= Assignment =
Find the line in the entries below that contains "#204=ADVANCED_FACE('',(#201),#203,.F.);". Repeat it exactly, and every line after it through the line that contains "END-ISO-10303-21;".
[Data listing — start]
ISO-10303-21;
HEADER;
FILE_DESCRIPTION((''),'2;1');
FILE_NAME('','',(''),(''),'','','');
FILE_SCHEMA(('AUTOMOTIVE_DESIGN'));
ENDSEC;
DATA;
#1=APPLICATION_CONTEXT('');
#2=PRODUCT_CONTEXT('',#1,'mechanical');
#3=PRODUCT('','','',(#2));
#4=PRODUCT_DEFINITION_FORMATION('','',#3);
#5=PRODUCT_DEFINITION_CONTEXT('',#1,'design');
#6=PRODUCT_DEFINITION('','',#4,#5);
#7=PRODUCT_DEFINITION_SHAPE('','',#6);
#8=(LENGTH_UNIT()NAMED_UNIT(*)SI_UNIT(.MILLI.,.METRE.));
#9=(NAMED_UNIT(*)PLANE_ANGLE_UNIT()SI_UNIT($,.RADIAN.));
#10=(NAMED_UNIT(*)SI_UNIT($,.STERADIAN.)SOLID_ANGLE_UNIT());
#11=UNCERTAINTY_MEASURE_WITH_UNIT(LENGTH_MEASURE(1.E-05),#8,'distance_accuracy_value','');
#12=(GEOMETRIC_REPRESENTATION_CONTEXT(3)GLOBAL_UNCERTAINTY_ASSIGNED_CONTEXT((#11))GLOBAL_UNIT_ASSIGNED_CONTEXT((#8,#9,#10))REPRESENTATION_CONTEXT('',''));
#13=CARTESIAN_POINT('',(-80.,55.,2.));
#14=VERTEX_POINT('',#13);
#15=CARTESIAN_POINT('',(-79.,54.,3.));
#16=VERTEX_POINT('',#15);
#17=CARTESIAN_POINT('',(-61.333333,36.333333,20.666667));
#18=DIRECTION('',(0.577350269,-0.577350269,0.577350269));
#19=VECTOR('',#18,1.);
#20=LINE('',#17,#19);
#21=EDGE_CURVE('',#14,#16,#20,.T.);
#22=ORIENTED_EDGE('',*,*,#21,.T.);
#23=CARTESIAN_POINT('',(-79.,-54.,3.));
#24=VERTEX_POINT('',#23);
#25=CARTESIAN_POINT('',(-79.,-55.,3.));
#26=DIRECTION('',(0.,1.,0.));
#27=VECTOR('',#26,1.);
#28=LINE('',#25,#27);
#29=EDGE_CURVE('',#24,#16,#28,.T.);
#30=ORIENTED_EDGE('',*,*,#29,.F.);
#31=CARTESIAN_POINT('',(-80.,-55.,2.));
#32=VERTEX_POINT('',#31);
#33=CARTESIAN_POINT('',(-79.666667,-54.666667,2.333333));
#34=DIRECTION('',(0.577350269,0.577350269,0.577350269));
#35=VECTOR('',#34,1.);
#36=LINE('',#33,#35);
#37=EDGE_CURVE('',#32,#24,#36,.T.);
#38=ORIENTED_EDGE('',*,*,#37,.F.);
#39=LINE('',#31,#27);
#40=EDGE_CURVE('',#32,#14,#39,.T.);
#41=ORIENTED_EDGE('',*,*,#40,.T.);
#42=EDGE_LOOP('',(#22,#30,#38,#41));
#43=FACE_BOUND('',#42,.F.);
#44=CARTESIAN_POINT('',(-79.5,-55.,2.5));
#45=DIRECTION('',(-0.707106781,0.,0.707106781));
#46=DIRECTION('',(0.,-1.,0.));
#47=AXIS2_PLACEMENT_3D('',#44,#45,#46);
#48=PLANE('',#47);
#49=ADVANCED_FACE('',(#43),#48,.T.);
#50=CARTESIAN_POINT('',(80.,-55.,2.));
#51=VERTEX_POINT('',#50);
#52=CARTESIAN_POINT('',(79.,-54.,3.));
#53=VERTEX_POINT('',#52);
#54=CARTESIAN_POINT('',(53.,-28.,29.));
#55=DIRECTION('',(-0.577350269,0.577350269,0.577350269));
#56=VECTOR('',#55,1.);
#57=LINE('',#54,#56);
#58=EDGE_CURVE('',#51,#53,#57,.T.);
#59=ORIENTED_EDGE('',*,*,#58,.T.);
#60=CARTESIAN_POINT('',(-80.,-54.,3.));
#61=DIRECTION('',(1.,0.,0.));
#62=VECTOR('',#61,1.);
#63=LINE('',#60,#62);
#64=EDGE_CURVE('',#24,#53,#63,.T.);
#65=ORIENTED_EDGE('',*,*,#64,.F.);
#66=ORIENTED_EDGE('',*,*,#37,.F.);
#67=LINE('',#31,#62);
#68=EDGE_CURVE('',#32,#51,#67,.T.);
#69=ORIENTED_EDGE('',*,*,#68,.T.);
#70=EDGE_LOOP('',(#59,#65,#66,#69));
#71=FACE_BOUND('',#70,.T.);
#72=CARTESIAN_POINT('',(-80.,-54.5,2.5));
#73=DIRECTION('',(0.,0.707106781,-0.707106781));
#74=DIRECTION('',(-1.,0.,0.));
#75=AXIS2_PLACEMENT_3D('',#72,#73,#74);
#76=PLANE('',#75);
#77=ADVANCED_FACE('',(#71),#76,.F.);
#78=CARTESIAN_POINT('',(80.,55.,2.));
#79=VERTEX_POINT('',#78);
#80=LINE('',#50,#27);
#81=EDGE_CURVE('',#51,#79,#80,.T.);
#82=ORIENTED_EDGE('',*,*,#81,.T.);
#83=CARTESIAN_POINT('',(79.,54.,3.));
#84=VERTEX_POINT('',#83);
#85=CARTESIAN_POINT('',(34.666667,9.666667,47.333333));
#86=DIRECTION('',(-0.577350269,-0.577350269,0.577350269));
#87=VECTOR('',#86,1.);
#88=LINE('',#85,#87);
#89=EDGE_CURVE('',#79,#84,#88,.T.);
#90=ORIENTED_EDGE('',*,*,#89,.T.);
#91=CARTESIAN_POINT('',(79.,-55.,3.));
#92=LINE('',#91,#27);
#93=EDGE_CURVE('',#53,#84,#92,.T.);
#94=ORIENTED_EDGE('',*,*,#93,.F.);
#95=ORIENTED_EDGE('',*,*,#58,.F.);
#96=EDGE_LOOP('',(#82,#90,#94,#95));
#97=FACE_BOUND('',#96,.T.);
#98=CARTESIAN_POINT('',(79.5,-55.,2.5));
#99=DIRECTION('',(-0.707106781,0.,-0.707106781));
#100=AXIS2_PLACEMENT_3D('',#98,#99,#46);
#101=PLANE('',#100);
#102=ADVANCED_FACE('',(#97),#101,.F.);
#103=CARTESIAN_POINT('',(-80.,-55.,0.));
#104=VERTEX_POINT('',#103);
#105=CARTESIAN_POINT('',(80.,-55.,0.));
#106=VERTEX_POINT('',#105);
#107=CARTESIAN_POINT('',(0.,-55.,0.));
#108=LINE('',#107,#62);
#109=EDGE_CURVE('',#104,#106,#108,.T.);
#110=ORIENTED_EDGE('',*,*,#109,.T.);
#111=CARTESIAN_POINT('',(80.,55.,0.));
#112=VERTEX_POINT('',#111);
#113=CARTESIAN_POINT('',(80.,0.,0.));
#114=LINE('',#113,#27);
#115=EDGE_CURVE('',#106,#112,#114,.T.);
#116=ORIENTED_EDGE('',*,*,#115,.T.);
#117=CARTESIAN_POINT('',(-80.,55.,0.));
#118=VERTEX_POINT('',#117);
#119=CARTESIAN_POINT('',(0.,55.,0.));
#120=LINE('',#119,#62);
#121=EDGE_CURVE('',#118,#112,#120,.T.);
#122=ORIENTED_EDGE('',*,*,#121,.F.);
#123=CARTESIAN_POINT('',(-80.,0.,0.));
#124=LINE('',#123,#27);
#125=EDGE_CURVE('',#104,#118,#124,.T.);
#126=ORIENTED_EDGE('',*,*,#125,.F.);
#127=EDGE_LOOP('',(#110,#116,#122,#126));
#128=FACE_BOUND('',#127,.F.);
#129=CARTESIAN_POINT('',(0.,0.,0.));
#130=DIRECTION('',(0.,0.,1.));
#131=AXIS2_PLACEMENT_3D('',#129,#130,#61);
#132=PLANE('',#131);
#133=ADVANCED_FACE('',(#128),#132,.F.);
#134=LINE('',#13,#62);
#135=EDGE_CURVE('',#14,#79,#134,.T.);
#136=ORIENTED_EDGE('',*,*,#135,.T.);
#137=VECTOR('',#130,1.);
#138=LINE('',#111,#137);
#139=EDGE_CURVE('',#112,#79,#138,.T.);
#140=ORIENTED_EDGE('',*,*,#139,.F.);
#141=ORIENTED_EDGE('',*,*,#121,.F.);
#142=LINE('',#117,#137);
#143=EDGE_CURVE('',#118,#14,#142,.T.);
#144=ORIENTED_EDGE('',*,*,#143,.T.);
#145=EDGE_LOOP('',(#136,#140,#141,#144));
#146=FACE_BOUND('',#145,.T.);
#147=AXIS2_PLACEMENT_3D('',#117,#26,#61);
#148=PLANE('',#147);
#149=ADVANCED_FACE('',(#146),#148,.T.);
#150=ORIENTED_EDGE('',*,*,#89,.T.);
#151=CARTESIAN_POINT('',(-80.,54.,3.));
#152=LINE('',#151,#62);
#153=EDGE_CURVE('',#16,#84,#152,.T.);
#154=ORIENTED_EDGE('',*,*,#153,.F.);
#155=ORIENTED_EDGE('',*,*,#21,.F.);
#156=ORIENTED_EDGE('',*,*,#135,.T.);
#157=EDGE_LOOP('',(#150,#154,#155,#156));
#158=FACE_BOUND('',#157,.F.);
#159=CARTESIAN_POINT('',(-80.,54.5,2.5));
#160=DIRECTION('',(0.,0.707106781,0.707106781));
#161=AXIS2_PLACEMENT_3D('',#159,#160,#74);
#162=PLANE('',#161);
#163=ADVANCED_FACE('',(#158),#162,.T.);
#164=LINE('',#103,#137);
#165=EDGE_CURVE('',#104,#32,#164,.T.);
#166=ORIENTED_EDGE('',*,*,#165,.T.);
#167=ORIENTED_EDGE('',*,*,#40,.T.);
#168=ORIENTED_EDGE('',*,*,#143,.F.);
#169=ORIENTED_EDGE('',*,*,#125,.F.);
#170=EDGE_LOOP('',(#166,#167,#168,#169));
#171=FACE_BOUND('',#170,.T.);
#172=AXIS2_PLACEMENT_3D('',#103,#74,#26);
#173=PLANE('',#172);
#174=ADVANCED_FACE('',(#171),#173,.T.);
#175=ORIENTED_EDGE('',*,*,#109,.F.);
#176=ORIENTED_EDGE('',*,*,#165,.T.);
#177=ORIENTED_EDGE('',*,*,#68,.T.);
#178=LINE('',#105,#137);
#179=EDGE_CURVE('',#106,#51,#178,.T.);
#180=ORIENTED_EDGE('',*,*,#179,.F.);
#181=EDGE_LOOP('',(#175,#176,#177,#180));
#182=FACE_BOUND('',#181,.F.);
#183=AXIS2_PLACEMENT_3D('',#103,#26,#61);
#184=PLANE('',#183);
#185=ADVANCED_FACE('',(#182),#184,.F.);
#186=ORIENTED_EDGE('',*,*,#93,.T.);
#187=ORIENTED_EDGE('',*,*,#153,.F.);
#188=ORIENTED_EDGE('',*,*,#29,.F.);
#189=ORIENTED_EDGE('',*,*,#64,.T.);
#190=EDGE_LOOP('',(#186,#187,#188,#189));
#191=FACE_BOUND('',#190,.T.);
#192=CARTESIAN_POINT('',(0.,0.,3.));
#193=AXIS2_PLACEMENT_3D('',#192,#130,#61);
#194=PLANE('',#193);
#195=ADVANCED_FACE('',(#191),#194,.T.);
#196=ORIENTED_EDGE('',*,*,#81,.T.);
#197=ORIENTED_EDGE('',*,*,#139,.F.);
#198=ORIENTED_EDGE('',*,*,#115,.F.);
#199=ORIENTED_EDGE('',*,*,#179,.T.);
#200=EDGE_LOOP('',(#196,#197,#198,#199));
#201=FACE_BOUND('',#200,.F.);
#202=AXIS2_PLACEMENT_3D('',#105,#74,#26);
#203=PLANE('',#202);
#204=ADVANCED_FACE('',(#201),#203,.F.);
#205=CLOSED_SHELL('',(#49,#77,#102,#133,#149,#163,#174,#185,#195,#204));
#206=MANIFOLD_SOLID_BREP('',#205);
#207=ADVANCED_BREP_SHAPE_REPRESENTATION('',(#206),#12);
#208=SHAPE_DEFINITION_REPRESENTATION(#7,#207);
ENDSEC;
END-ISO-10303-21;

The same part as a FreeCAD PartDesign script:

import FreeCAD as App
import Part
import Sketcher
from FreeCAD import Vector


def edges_at(feature, points):
    """Names of the edges that pass closest to the given points."""
    edges = feature.Shape.Edges
    near = lambda p: min(range(len(edges)), key=lambda i: edges[i].distToShape(Part.Vertex(*p))[0])
    return sorted({f"Edge{near(p) + 1}" for p in points})


def add_polygon(sketch, points):
    """Adds a closed chain of lines whose ends are joined by coincident constraints."""
    first, n = sketch.GeometryCount, len(points)
    for a, b in zip(points, points[1:] + points[:1]):
        sketch.addGeometry(Part.LineSegment(App.Vector(*a, 0), App.Vector(*b, 0)), False)
    for i in range(n):
        sketch.addConstraint(Sketcher.Constraint("Coincident", first + i, 2, first + (i + 1) % n, 1))

doc = App.newDocument("Part")
body = doc.addObject("PartDesign::Body", "Body")

# Sketch on XY plane
sketch1 = body.newObject("Sketcher::SketchObject", "Sketch")
sketch1.AttachmentSupport = (doc.getObject("XY_Plane"), [""])
sketch1.MapMode = "FlatFace"
add_polygon(sketch1, [(-80, 55), (-80, -55), (80, -55), (80, 55)])  # lines 0-3
sketch1.addConstraint(Sketcher.Constraint("Vertical", 0))
sketch1.addConstraint(Sketcher.Constraint("Horizontal", 1))
sketch1.addConstraint(Sketcher.Constraint("Vertical", 2))
sketch1.addConstraint(Sketcher.Constraint("Horizontal", 3))
sketch1.addConstraint(Sketcher.Constraint("Symmetric", 0, 2, 2, 2, -1, 1))
sketch1.addConstraint(Sketcher.Constraint("DistanceX", 1, 1, 1, 2, 160.0))
sketch1.addConstraint(Sketcher.Constraint("DistanceY", 0, 2, 0, 1, 110.0))
pad1 = body.newObject("PartDesign::Pad", "Pad")
pad1.Profile = sketch1
pad1.Length = 3
doc.recompute()

chamfer = body.newObject("PartDesign::Chamfer", "Chamfer")
chamfer.Base = (pad1, edges_at(pad1, [
    (-80, 0, 3),
    (0, -55, 3),
    (80, 0, 3),
    (0, 55, 3),
]))
chamfer.Size = 1

doc.recompute()
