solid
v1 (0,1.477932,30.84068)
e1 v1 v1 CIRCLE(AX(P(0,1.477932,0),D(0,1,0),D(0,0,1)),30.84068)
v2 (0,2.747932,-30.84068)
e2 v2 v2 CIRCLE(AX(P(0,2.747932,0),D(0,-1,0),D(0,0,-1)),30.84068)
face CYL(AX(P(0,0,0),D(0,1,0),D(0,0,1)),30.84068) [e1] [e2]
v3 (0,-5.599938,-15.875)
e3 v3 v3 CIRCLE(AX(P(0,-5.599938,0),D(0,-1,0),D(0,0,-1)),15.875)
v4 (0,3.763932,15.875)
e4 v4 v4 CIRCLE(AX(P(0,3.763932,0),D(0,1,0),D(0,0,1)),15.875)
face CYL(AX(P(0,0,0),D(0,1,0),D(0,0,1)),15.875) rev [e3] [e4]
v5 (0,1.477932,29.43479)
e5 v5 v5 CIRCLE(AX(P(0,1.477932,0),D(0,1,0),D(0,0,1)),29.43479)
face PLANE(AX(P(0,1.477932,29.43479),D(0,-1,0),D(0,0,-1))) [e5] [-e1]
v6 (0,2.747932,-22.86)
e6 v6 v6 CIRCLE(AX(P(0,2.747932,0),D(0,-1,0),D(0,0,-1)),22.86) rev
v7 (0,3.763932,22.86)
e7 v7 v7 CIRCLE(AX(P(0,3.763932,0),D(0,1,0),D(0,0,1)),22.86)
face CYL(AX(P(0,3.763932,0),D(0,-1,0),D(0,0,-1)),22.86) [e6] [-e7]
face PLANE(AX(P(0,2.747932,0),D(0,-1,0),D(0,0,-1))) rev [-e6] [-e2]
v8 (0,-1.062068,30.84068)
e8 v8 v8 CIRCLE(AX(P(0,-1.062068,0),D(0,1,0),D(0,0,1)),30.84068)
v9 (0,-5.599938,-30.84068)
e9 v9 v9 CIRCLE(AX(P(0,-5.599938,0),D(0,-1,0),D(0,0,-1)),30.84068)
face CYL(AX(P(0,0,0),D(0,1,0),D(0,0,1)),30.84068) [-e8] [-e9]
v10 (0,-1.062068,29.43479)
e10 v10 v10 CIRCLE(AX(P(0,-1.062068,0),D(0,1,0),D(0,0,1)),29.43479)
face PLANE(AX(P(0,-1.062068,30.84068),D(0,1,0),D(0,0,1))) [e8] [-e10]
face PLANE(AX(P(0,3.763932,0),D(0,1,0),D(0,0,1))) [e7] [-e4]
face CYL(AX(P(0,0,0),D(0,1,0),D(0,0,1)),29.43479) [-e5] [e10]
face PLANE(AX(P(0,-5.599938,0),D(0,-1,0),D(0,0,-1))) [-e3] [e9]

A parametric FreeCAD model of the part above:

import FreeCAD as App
import Part
import Sketcher
from FreeCAD import Vector
Q = App.Units.Quantity


def add_polygon(sketch, points):
    """Adds a closed chain of lines whose ends are joined by coincident constraints."""
    first, n = sketch.GeometryCount, len(points)
    for a, b in zip(points, points[1:] + points[:1]):
        sketch.addGeometry(Part.LineSegment(App.Vector(*a, 0), App.Vector(*b, 0)), False)
    for i in range(n):
        sketch.addConstraint(Sketcher.Constraint("Coincident", first + i, 2, first + (i + 1) % n, 1))

doc = App.newDocument("Part")
body = doc.addObject("PartDesign::Body", "Body")

# Sketch on YZ plane
sketch1 = body.newObject("Sketcher::SketchObject", "Sketch")
sketch1.AttachmentSupport = (doc.getObject("YZ_Plane"), [""])
sketch1.MapMode = "FlatFace"
add_polygon(sketch1, [(-5.020818, 15.875), (2.694084, 15.875), (2.694084, 30.84068), (1.477932, 30.84068), (1.477932, 29.43479), (-1.062068, 29.43479), (-1.062068, 30.84068), (-5.020818, 30.84068)])  # lines 0-7
sketch1.addConstraint([
    Sketcher.Constraint("Horizontal", 0),
    Sketcher.Constraint("Vertical", 1),
    Sketcher.Constraint("Horizontal", 2),
    Sketcher.Constraint("Vertical", 3),
    Sketcher.Constraint("Horizontal", 4),
    Sketcher.Constraint("Vertical", 5),
    Sketcher.Constraint("Horizontal", 6),
    Sketcher.Constraint("Vertical", 7),
    Sketcher.Constraint("Horizontal", 2, 2, 5, 2),
    Sketcher.Constraint("DistanceX", 4, 2, 4, 1, Q("0.1 in")),
    Sketcher.Constraint("DistanceY", 1, 1, 1, 2, Q("0.5892 in")),
    Sketcher.Constraint("DistanceY", -1, 1, 0, 2, Q("0.625 in")),
    Sketcher.Constraint("DistanceX", 6, 2, 6, 1, 3.95875),
    Sketcher.Constraint("DistanceY", 3, 2, 3, 1, 1.40589),
    Sketcher.Constraint("DistanceX", 0, 1, 0, 2, 7.714902),
    Sketcher.Constraint("DistanceX", 6, 2, -1, 1, 5.020818),
])
revolution = body.newObject("PartDesign::Revolution", "Revolution")
revolution.Profile = sketch1
revolution.ReferenceAxis = (sketch1, ["H_Axis"])
revolution.Angle = 360

# Sketch on XZ plane
sketch2 = body.newObject("Sketcher::SketchObject", "Sketch001")
sketch2.AttachmentSupport = (doc.getObject("XZ_Plane"), [""])
sketch2.MapMode = "FlatFace"
sketch2.AttachmentOffset = App.Placement(Vector(0, 0, -2.747932), App.Rotation())
sketch2.addGeometry([
    Part.Circle(Vector(0, 0, 0), Vector(0, 0, 1), 30.84068),
    Part.Circle(Vector(0, 0, 0), Vector(0, 0, 1), 15.875),
], False)
sketch2.addConstraint([
    Sketcher.Constraint("Coincident", 0, 3, -1, 1),
    Sketcher.Constraint("Coincident", 1, 3, -1, 1),
    Sketcher.Constraint("Diameter", 1, Q("1.25 in")),
    Sketcher.Constraint("Diameter", 0, Q("2.4284 in")),
])
pad1 = body.newObject("PartDesign::Pad", "Pad")
pad1.Profile = sketch2
pad1.Length = 0.053848

# Sketch on XZ plane
sketch3 = body.newObject("Sketcher::SketchObject", "Sketch002")
sketch3.AttachmentSupport = (doc.getObject("XZ_Plane"), [""])
sketch3.MapMode = "FlatFace"
sketch3.AttachmentOffset = App.Placement(Vector(0, 0, -2.747932), App.Rotation())
sketch3.addGeometry([
    Part.Circle(Vector(0, 0, 0), Vector(0, 0, 1), 22.86),
    Part.Circle(Vector(0, 0, 0), Vector(0, 0, 1), 15.875),
], False)
sketch3.addConstraint([
    Sketcher.Constraint("Coincident", 0, 3, -1, 1),
    Sketcher.Constraint("Coincident", 1, 3, -1, 1),
    Sketcher.Constraint("Diameter", 0, Q("1.8 in")),
    Sketcher.Constraint("Diameter", 1, Q("1.25 in")),
])
pad2 = body.newObject("PartDesign::Pad", "Pad001")
pad2.Profile = sketch3
pad2.Length = Q("0.04 in")
pad2.Reversed = True

# Sketch on XZ plane
sketch4 = body.newObject("Sketcher::SketchObject", "Sketch003")
sketch4.AttachmentSupport = (doc.getObject("XZ_Plane"), [""])
sketch4.MapMode = "FlatFace"
sketch4.AttachmentOffset = App.Placement(Vector(0, 0, 5.020818), App.Rotation())
sketch4.addGeometry([
    Part.Circle(Vector(0, 0, 0), Vector(0, 0, 1), 30.84068),
    Part.Circle(Vector(0, 0, 0), Vector(0, 0, 1), 15.875),
], False)
sketch4.addConstraint([
    Sketcher.Constraint("Coincident", 0, 3, -1, 1),
    Sketcher.Constraint("Coincident", 1, 3, -1, 1),
    Sketcher.Constraint("Diameter", 1, Q("1.25 in")),
    Sketcher.Constraint("Diameter", 0, Q("2.4284 in")),
])
pad3 = body.newObject("PartDesign::Pad", "Pad002")
pad3.Profile = sketch4
pad3.Length = Q("0.0228 in")

doc.recompute()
[Data listing — finish]
= Written answer =
#204=ADVANCED_FACE('',(#201),#203,.F.);
#205=CLOSED_SHELL('',(#49,#77,#102,#133,#149,#163,#174,#185,#195,#204));
#206=MANIFOLD_SOLID_BREP('',#205);
#207=ADVANCED_BREP_SHAPE_REPRESENTATION('',(#206),#12);
#208=SHAPE_DEFINITION_REPRESENTATION(#7,#207);
ENDSEC;
END-ISO-10303-21;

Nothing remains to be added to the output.